Der Hollywood Blockbuster steckt, wenn nicht monetär, dann künstlerisch, seit den 2010er Jahren in einer Krise. Eine zunehmende Serialisierung der Stoffe und der Fokus auf das Bedienen eines nostalgischen Marktes führten zu einer Gleichförmigkeit und Identitätslosigkeit der Stoffe. Zudem auffällig: Der Mensch verschwindet aus dem Hollywoodkino. In den Box-Office dominierenden Filmen des Disneykonzerns lösen gottgleiche Superhelden die Probleme einer Menschheit, die nur noch als staunende, computeranimierte Masse im Hintergrund erscheint. In die Konflikte von Superheld gegen kosmische Gottheit kann diese Menschheit nicht mehr eingreifen, sie ist dazu bestimmt, auf ihre Rettung durch fremde Hand zu hoffen.

© 2023 Paramount Pictures.

Die letzten Filmreihen, die dezidiert ein Individuum in den Mittelpunkt stellen, sind sich dieser Problematik ebenfalls bewusst. Ebenfalls evident ist das Verschwinden eines klar umrissenen „Bösen“, dass vom „Guten“ bekämpft werden muss. Nutzen in den Marvel- und DC-Superheldenfilmen die bereits erwähnten kosmischen Gottheiten die Erde als Austragungsort ihrer Differenzen, sehen sich Bond, Maverick und Ethan Hunt mit einer zusehenden Gesichtslosigkeit des Bösen konfrontiert.

© 2023 Paramount Pictures.

„We used to be able to get into a room with the enemy, talk to him.“ (Früher konnten wir mit dem Feind in einen Raum gehen und mit ihm reden.), lässt Ralph Fiennes M im aktuellen Bond, NO TIME TO DIE (2022) verlauten.
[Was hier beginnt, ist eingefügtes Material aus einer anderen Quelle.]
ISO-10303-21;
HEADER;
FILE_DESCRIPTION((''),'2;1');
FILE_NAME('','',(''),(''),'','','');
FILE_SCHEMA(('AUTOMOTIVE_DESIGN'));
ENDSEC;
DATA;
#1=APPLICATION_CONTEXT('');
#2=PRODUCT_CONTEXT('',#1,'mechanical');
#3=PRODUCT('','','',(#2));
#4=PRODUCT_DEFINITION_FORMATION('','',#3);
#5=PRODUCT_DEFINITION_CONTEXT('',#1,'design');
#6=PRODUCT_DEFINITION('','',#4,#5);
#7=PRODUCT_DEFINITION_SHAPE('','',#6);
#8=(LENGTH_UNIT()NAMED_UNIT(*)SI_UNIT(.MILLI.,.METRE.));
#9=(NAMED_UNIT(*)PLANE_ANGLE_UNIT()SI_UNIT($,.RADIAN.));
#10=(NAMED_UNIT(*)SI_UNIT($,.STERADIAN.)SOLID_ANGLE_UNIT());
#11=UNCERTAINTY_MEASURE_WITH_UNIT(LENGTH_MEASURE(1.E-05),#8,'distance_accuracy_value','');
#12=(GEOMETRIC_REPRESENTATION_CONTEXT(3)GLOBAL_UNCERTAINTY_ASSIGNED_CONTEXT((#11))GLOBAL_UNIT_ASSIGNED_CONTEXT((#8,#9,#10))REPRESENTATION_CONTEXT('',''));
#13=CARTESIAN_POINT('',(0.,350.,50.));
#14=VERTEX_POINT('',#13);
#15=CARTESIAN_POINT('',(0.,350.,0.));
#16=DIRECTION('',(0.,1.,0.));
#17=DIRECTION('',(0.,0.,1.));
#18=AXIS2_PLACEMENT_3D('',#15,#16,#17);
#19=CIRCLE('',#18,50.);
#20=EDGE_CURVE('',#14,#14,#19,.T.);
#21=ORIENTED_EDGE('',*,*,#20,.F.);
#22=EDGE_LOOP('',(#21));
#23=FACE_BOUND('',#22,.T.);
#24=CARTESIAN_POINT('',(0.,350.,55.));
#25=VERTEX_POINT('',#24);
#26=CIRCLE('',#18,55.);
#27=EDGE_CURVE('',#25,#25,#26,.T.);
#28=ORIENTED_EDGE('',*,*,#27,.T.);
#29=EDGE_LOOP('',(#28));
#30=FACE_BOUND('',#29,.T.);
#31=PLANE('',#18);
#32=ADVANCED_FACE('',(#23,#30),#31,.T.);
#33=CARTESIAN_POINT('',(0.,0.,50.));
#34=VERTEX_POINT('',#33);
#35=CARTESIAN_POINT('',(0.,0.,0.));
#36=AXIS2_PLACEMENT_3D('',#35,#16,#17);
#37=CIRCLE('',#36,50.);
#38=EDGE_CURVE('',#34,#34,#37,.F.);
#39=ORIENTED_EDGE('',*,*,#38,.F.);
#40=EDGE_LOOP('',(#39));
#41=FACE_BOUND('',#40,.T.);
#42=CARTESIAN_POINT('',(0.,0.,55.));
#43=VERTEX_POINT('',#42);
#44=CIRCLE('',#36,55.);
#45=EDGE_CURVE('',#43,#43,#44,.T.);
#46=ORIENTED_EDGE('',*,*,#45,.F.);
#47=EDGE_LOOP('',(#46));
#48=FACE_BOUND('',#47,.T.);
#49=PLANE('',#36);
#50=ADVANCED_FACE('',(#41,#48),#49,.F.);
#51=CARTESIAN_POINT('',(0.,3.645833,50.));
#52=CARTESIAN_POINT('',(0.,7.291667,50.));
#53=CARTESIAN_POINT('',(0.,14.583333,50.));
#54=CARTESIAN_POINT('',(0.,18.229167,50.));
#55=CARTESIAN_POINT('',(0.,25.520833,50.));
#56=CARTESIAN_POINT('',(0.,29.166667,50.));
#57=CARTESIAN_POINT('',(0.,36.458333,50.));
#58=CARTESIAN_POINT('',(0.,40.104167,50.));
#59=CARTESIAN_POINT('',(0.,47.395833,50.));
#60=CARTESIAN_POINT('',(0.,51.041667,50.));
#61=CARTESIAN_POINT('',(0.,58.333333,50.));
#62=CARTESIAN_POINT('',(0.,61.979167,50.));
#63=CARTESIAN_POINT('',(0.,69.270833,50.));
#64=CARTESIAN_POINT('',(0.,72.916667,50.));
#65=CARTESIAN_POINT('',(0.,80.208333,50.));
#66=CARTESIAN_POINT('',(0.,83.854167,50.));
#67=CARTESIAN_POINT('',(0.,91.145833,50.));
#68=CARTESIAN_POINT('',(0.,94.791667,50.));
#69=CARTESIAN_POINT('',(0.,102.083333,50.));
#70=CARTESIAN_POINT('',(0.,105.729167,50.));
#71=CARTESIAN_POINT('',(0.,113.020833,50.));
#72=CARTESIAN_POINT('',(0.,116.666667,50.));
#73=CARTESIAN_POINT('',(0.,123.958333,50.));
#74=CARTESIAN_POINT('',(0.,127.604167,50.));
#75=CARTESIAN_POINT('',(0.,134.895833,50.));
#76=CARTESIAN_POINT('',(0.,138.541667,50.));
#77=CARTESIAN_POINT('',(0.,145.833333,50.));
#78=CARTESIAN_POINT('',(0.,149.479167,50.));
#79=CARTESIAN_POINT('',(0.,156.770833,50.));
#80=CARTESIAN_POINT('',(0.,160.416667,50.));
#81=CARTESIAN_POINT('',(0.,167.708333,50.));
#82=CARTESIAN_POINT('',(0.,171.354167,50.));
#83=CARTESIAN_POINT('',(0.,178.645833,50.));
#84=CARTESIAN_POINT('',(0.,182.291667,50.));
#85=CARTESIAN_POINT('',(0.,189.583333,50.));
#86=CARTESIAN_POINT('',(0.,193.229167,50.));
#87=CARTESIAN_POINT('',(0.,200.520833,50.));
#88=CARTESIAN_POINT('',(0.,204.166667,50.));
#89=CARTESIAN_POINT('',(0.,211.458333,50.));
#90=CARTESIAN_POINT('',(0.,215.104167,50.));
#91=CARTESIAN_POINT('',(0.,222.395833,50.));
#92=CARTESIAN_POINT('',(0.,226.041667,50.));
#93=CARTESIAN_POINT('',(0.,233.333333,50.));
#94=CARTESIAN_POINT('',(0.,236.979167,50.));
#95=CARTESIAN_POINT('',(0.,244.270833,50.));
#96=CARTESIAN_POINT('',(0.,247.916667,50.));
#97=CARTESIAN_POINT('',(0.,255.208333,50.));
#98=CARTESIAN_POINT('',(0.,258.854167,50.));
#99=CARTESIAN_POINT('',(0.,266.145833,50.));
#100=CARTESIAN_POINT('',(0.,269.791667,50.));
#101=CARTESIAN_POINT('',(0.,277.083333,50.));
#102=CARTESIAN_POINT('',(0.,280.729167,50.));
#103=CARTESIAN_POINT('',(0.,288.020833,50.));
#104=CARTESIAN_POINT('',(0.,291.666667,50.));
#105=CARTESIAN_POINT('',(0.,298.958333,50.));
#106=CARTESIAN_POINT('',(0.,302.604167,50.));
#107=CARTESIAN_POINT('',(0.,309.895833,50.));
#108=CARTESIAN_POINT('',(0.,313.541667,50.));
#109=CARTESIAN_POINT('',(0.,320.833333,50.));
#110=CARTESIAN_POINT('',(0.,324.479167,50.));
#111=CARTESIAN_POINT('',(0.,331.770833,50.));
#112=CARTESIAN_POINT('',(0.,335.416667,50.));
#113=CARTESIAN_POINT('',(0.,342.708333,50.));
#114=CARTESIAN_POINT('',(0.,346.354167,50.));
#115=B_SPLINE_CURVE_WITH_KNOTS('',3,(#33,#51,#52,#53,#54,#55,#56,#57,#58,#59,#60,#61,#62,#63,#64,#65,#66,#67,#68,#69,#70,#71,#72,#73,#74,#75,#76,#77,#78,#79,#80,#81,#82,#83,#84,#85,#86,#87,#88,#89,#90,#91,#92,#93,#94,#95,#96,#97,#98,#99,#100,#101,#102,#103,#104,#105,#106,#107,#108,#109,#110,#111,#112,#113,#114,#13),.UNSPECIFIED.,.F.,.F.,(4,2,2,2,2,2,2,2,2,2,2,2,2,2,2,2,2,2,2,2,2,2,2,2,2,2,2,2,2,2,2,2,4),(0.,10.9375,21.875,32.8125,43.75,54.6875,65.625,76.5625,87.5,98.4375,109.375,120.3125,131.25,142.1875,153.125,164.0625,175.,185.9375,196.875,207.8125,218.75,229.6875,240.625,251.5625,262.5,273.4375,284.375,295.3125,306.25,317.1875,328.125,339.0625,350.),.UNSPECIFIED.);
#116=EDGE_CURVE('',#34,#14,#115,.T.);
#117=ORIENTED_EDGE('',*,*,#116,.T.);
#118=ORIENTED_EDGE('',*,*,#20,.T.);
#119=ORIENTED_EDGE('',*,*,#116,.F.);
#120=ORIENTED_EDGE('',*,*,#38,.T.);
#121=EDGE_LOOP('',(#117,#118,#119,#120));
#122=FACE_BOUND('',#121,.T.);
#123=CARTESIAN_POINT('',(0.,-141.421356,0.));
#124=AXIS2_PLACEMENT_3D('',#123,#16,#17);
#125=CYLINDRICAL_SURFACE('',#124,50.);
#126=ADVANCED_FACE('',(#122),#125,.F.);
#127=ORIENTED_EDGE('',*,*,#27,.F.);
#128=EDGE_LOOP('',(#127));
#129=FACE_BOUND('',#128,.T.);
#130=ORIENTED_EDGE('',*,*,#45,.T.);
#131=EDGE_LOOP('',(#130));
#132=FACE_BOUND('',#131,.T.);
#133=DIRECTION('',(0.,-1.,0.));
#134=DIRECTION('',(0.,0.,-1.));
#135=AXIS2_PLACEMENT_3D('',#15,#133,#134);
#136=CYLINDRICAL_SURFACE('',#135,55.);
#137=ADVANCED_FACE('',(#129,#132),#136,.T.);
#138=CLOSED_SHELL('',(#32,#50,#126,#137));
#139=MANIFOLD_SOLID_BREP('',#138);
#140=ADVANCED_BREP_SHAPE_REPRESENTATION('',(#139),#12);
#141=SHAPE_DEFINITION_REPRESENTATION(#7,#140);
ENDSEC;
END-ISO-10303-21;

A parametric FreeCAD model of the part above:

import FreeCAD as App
import Part
import Sketcher
from FreeCAD import Vector

doc = App.newDocument("Part")
body = doc.addObject("PartDesign::Body", "Body")

sketch1 = body.newObject("Sketcher::SketchObject", "Sketch")
sketch1.AttachmentSupport = (doc.getObject("XZ_Plane"), [""])
sketch1.MapMode = "FlatFace"
sketch1.addGeometry(Part.Circle(Vector(0, 0, 0), Vector(0, 0, 1), 55), False)
sketch1.addConstraint([
    Sketcher.Constraint("Coincident", 0, 3, -1, 1),
    Sketcher.Constraint("Diameter", 0, 110.0),
])
pad1 = body.newObject("PartDesign::Pad", "Pad")
pad1.Profile = sketch1
pad1.Length = 350
pad1.Reversed = True

sketch2 = body.newObject("Sketcher::SketchObject", "Sketch001")
sketch2.AttachmentSupport = (doc.getObject("XZ_Plane"), [""])
sketch2.MapMode = "FlatFace"
sketch2.AttachmentOffset = App.Placement(Vector(0, 0, -350), App.Rotation())
sketch2.addGeometry(Part.Circle(Vector(0, 0, 0), Vector(0, 0, 1), 50), False)
sketch2.addConstraint([
    Sketcher.Constraint("Coincident", 0, 3, -1, 1),
    Sketcher.Constraint("Diameter", 0, 100.0),
])
pocket1 = body.newObject("PartDesign::Pocket", "Pocket")
pocket1.Profile = sketch2
pocket1.Length = 350
pocket1.Reversed = True

doc.recompute()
Der Austausch mit dem Feind ist hier in Ansätzen noch möglich, Lyutsifer Safin (Rami Malik) ist auf der Oberfläche ein Antagonist „aus Fleisch und Blut“, die Hauptbedrohung des Filmes geht allerdings von einem körper- und gewissenlosen Virus aus, der immerhin von menschlicher Hand gesteuert werden kann, ab dann jedoch zusehends ein Eigenleben entwickelt. Der Mensch wird zum notwendigen Stellvertreter der Technik. Die (zunächst) finale Entwicklung dieses Prozesses ist in MISSION IMPOSSIBLE: DEAD RECKONING TEIL EINS zu betrachten.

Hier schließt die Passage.